The Good Life

Mind luxury

In Delhi, there is one bookstore for sure that celebrates reading

Suddenly, books are sexy. With the mainstream popularity of lit fests, Chetan Bhagat bestsellers morphing into Bollywood blockbusters, Shobhaa De’s frequent outings on television, Jeffrey Archer’s wooing of the world’s “largest English-speaking” population, the easy recognisability of Amish Tripathi and his envy-dripping writing advance of ₹5 crore as a cult celebrity, it could hardly be otherwise. Read them or not, you’ve got to love them as the latest accessory, an intellectual luxury, so to say — but hey, where do you buy books?

Malls do have bookstores, but they’re bustling places where a “70% discount” is the draw rather than the quality of selection of books. No luxury mall has a book shop; buying on Flipkart is enticing but hardly what book lovers enjoy — physically touching books, pulling them out of shelves, turning them over to read; while Kindle is, well — sorry guys — so sterile.

The neighbourhood bookshop has all but disappeared.

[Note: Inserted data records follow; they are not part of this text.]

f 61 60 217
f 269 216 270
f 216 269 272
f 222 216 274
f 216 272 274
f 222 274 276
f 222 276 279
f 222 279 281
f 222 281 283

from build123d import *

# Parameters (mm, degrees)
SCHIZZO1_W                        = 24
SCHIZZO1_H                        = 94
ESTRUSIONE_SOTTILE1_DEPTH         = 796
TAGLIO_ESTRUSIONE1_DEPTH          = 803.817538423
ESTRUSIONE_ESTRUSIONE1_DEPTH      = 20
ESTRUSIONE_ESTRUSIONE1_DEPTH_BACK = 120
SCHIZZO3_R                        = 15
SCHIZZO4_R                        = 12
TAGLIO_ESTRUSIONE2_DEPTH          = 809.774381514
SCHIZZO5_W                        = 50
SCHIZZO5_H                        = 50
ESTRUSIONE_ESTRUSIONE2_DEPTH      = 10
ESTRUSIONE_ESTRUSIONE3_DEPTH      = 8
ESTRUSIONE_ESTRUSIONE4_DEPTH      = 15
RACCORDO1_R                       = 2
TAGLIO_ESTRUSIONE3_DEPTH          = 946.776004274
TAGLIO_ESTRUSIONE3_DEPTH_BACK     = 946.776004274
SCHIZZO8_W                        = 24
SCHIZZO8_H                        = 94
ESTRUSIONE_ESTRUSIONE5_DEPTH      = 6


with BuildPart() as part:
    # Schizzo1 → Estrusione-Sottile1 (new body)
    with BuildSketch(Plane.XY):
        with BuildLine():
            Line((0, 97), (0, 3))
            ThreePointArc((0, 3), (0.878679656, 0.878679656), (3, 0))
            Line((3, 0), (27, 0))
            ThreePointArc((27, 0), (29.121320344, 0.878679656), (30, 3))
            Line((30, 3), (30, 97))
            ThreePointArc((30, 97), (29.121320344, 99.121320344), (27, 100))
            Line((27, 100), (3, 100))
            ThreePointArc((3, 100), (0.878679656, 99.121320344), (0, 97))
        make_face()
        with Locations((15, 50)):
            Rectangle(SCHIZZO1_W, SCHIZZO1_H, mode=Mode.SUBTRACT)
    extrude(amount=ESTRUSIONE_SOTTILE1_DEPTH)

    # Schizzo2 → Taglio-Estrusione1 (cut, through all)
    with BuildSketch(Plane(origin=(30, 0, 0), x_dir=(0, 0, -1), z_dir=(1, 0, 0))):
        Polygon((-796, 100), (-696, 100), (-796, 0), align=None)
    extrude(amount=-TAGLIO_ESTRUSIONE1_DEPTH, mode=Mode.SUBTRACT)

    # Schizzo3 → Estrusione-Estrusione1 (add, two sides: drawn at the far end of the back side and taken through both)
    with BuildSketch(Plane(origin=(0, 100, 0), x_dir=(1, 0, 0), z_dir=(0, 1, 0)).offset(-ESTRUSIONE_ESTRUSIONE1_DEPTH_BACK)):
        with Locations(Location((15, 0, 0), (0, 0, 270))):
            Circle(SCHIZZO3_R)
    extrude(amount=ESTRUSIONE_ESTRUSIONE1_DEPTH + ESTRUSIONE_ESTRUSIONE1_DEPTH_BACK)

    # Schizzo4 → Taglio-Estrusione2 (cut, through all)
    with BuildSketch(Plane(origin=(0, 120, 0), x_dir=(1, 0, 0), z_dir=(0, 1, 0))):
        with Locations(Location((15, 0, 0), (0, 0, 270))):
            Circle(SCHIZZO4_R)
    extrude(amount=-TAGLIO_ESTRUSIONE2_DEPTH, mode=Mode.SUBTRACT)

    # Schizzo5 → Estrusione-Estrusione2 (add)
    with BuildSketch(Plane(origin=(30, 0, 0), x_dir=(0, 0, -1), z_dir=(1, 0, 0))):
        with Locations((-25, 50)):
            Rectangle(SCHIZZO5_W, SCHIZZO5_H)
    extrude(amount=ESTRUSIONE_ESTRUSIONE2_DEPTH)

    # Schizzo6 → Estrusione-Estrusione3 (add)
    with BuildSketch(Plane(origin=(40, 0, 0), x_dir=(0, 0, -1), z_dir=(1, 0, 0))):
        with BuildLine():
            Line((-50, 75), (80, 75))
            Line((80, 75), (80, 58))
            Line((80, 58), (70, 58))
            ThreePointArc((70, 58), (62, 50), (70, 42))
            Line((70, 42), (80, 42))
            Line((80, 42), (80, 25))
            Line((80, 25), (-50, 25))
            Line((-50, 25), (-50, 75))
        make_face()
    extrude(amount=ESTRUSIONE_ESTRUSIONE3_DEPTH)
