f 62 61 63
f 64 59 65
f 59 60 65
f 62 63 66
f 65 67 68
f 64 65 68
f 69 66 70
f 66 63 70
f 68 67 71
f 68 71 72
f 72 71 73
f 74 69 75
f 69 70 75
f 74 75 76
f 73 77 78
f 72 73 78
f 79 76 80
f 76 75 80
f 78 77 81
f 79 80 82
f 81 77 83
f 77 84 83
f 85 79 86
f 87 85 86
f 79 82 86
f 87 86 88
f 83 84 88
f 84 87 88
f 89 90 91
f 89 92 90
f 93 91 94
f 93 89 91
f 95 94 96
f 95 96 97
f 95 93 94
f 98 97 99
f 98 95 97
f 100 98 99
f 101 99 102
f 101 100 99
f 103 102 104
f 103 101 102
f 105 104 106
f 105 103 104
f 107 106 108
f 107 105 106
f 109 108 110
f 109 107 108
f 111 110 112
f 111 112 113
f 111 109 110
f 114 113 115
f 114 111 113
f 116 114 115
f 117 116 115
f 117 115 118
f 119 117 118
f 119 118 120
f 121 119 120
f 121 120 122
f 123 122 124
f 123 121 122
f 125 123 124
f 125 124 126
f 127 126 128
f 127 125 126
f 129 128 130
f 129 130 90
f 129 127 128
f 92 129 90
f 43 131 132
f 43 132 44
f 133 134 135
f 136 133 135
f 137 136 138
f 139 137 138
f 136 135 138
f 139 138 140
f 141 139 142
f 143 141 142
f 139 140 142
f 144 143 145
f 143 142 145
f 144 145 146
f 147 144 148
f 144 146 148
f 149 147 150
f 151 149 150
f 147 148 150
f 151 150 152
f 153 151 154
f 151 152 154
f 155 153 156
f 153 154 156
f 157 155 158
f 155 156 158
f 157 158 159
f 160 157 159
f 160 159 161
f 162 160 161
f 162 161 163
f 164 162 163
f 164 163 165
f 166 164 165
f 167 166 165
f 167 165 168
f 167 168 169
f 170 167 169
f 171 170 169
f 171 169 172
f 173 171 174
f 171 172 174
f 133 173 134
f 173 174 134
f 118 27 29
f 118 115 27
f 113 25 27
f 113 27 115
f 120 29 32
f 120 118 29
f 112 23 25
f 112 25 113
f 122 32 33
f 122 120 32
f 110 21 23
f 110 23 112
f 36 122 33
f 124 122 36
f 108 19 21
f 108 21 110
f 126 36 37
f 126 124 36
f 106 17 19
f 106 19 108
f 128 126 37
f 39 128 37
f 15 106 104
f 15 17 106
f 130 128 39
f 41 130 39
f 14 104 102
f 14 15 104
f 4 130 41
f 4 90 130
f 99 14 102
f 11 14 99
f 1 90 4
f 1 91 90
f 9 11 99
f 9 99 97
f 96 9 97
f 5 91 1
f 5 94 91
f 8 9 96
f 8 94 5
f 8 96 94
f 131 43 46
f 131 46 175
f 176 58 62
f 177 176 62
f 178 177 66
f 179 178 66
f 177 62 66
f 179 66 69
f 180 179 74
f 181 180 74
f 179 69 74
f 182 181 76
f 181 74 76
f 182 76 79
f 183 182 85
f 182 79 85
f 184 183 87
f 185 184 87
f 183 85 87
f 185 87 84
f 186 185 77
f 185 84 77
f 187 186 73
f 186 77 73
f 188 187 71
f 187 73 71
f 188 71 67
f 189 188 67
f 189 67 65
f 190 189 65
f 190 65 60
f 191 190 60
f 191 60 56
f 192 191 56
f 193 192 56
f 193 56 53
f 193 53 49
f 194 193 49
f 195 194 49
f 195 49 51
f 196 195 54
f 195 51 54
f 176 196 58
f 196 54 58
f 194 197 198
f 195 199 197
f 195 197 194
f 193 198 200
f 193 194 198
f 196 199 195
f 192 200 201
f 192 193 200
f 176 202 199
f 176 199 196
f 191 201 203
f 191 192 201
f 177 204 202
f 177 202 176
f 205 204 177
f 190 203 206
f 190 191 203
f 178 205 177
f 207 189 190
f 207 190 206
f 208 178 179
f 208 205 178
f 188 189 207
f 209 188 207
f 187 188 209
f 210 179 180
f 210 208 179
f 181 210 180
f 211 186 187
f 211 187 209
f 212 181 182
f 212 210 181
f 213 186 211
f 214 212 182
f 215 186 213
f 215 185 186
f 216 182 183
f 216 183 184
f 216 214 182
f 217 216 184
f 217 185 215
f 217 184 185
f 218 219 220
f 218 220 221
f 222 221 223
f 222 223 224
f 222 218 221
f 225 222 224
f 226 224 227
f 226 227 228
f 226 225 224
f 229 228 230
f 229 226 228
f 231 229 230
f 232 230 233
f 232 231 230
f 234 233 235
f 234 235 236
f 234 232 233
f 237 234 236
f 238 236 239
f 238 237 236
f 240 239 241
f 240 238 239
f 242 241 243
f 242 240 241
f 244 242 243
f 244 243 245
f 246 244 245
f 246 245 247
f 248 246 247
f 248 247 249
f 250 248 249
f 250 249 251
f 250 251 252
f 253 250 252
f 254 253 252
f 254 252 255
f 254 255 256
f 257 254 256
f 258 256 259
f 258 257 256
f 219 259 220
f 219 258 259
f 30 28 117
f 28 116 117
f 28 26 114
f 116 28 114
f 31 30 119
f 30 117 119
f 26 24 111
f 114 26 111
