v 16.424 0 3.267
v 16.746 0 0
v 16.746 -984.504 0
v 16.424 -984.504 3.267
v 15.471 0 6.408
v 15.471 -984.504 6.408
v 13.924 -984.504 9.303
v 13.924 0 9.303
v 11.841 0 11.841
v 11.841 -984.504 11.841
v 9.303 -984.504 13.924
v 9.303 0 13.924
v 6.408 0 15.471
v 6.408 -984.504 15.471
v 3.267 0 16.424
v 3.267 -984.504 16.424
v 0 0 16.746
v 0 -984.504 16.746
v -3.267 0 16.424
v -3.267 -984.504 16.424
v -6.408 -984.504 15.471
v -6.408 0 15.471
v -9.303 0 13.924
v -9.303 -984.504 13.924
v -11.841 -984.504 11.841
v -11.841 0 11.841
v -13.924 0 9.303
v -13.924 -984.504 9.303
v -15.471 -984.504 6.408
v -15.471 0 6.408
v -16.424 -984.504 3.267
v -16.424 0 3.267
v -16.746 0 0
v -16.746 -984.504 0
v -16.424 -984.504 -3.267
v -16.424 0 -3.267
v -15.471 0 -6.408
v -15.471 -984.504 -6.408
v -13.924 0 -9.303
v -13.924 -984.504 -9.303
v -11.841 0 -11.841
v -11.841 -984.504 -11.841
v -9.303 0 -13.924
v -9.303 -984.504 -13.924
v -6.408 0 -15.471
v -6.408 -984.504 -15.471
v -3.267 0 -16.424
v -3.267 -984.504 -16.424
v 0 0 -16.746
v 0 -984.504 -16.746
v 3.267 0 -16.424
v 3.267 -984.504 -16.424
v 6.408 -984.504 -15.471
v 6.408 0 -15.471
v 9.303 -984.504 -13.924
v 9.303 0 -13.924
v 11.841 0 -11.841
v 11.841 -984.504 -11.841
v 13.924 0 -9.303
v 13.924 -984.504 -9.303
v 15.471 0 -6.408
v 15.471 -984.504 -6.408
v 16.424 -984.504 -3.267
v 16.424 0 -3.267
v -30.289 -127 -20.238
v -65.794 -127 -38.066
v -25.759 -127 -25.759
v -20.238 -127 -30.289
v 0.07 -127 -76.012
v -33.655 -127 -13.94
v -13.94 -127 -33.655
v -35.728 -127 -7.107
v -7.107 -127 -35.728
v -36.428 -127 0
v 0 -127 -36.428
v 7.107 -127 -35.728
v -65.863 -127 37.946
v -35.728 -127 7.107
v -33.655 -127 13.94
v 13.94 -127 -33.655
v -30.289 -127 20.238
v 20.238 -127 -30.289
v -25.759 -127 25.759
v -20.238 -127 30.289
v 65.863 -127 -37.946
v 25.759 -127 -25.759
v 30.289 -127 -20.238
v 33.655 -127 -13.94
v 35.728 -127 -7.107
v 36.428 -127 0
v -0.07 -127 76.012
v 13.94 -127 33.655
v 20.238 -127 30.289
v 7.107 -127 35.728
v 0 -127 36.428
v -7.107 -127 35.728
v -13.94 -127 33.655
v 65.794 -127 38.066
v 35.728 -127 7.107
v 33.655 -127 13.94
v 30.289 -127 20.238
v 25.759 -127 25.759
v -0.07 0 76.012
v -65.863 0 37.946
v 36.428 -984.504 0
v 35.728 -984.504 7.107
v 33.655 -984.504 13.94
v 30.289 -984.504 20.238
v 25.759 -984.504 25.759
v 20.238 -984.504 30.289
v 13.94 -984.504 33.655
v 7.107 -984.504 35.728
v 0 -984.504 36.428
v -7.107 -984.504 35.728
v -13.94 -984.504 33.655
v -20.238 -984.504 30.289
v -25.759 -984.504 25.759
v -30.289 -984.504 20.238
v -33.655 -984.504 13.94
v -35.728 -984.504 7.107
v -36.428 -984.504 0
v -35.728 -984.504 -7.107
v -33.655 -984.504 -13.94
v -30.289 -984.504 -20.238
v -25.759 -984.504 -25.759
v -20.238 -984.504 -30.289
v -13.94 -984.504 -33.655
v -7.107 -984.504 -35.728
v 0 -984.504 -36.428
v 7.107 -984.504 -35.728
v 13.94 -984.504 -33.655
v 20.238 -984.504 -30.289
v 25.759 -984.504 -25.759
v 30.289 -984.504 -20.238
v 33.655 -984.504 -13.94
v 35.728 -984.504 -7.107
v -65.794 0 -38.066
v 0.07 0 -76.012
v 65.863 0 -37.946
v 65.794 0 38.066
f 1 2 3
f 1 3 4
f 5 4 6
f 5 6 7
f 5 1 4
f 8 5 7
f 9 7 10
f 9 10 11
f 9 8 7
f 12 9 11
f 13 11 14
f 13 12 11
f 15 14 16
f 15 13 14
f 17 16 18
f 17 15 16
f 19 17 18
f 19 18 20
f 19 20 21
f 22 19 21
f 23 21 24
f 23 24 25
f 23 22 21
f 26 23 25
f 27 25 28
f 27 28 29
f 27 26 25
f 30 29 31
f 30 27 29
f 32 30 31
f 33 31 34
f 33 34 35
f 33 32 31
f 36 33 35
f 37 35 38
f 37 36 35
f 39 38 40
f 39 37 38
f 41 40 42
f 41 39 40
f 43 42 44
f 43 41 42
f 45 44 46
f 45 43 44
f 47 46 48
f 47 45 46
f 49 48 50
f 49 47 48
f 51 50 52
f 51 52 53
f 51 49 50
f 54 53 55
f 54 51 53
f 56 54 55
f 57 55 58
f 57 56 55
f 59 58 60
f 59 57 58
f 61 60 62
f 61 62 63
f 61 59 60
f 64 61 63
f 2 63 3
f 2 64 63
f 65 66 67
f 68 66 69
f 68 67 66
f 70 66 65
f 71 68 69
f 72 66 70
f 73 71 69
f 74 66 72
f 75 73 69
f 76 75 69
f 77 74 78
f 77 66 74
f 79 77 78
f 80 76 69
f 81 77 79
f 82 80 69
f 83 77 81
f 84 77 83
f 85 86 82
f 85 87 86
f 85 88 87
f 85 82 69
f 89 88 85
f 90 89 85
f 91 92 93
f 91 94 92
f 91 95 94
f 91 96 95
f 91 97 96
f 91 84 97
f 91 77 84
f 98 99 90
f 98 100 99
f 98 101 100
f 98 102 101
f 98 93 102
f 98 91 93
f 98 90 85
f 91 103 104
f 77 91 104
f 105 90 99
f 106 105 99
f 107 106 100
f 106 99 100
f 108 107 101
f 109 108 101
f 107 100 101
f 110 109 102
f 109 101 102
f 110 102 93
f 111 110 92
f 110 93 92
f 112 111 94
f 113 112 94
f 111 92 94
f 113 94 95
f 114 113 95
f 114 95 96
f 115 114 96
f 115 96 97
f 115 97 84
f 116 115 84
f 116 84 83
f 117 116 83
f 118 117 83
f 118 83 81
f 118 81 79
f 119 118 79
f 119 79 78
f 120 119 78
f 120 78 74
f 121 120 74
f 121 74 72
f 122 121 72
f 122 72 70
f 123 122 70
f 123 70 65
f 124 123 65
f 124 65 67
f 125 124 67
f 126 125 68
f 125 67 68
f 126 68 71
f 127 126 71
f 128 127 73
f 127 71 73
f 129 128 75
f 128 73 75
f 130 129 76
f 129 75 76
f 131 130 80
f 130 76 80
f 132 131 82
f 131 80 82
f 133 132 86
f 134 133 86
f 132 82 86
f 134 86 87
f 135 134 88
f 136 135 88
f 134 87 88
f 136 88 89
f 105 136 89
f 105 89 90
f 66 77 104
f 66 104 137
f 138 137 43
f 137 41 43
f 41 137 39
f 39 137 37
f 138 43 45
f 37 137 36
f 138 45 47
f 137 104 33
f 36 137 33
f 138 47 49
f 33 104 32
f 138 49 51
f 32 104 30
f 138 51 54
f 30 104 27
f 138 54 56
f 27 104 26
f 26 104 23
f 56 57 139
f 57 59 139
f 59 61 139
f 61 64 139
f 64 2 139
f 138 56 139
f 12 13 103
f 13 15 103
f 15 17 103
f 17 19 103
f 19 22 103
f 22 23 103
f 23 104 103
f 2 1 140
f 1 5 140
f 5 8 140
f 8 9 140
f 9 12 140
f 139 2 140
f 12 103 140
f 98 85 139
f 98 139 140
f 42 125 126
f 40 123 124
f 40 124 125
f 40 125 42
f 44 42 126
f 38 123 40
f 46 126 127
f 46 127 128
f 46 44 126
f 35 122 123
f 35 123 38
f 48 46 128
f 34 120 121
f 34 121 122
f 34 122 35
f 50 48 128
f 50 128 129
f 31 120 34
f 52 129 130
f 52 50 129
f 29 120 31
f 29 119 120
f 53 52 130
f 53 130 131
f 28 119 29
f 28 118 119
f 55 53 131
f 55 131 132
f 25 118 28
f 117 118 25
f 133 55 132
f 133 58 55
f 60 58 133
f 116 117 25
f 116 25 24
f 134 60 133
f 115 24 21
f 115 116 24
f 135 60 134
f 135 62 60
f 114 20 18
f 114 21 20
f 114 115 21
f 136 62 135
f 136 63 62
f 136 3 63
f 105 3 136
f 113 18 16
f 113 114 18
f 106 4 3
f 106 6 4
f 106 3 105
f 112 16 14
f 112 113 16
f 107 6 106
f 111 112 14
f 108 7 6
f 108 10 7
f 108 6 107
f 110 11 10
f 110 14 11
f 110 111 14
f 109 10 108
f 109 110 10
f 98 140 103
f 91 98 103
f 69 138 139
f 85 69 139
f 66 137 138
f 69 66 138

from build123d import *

# Parameters (mm, degrees)
F0_R     = 36.4281701053
F0_R_2   = 16.7456603081
F1_DEPTH = 984.504
F2_DEPTH = 127


# Not quite as in the source:
# - a feature of the source that left no trace in its solid (it failed there, or was rolled back) is left out
# - the program builds the solid bodies; features that only make, move or delete a surface that nothing else refers to are left out


with BuildPart() as f1:
    # F0 (on Front) → F1 (new body)
    with BuildSketch(Plane.XZ):
        Circle(F0_R)
        Circle(F0_R_2, mode=Mode.SUBTRACT)
    extrude(amount=F1_DEPTH)

    # F0 (on Front) → F2 (join)
    with BuildSketch(Plane.XZ):
        Polygon((0.0695483181, -76.0122935755), (65.8633513954, -37.9459161775), (65.7938030773, 38.0663773981), (-0.0695483181, 76.0122935755), (-65.8633513954, 37.9459161775), (-65.7938030773, -38.0663773981), align=None)
        Circle(F0_R, mode=Mode.SUBTRACT)
    extrude(amount=F2_DEPTH)


solid = f1.part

Fortunately, the revival of reading has received a shot in the arm. While a few of the old stores had struggled to stay on, book buying as an experience on par with lifestyle products received a boost only when CMYK debuted in Mehar Chand Market in the capital, setting a benchmark for other newbie stores (no one else quite measured up). That standard was breached by the old-new Oxford Bookstore Connaught Place in New Delhi, putting the Landmarks and Crossroads in the shade. Priti Paul’s eponymous store, which had mysteriously shut down in the capital, emerged, as the marketing slogan goes, “bigger, better and improved”. While Connaught Place itself appears to be haemorrhaging, it’s only a matter of time before it reclaims its space as the city’s premier shopping and leisure district.

The relaunched bookstore announced its arrival in the colonnaded arcades with a series of events — conversations and seminars and parties on books, translations, the Commonwealth book prize — making reading a talking point once again in a society jaded with too many fashion, art and brand launches. The space offers what bookstores increasingly lack — browsing space. In a shop where you’re encouraged to hang around, “feel” the books, lift titles enticingly displayed on shelves as provocatively as an Hermes “it” bag, chat up with writers — was that really Mohsin Hamid? and Chetan Bhagat? — attend book readings, releases and signings, it’s making a destination not just for those who’re book lovers, but for those only too happy to sign up for the experience because it shows up shopping at Gucci or Canali as a thoughtless activity compared with the intellectual feast a bookstore offers. 

The selection of books helps too, even if somewhat condescendingly with “translations” of Nobel and Booker long- and short-listed writers conveniently grouped together — after all, you’d want to be pointed to the carts and shelves the papers are writing about, innit? As for those drawn to the popularity of books for their covers, there are shelves of art and illustrated books, lush productions that may cost an arm and a leg — artist Himmat Shah’s tome on terracotta that comes in a limited edition with a signed piece as the cover, is a collectible. Any wonder books — and bookstores — are being talked about again?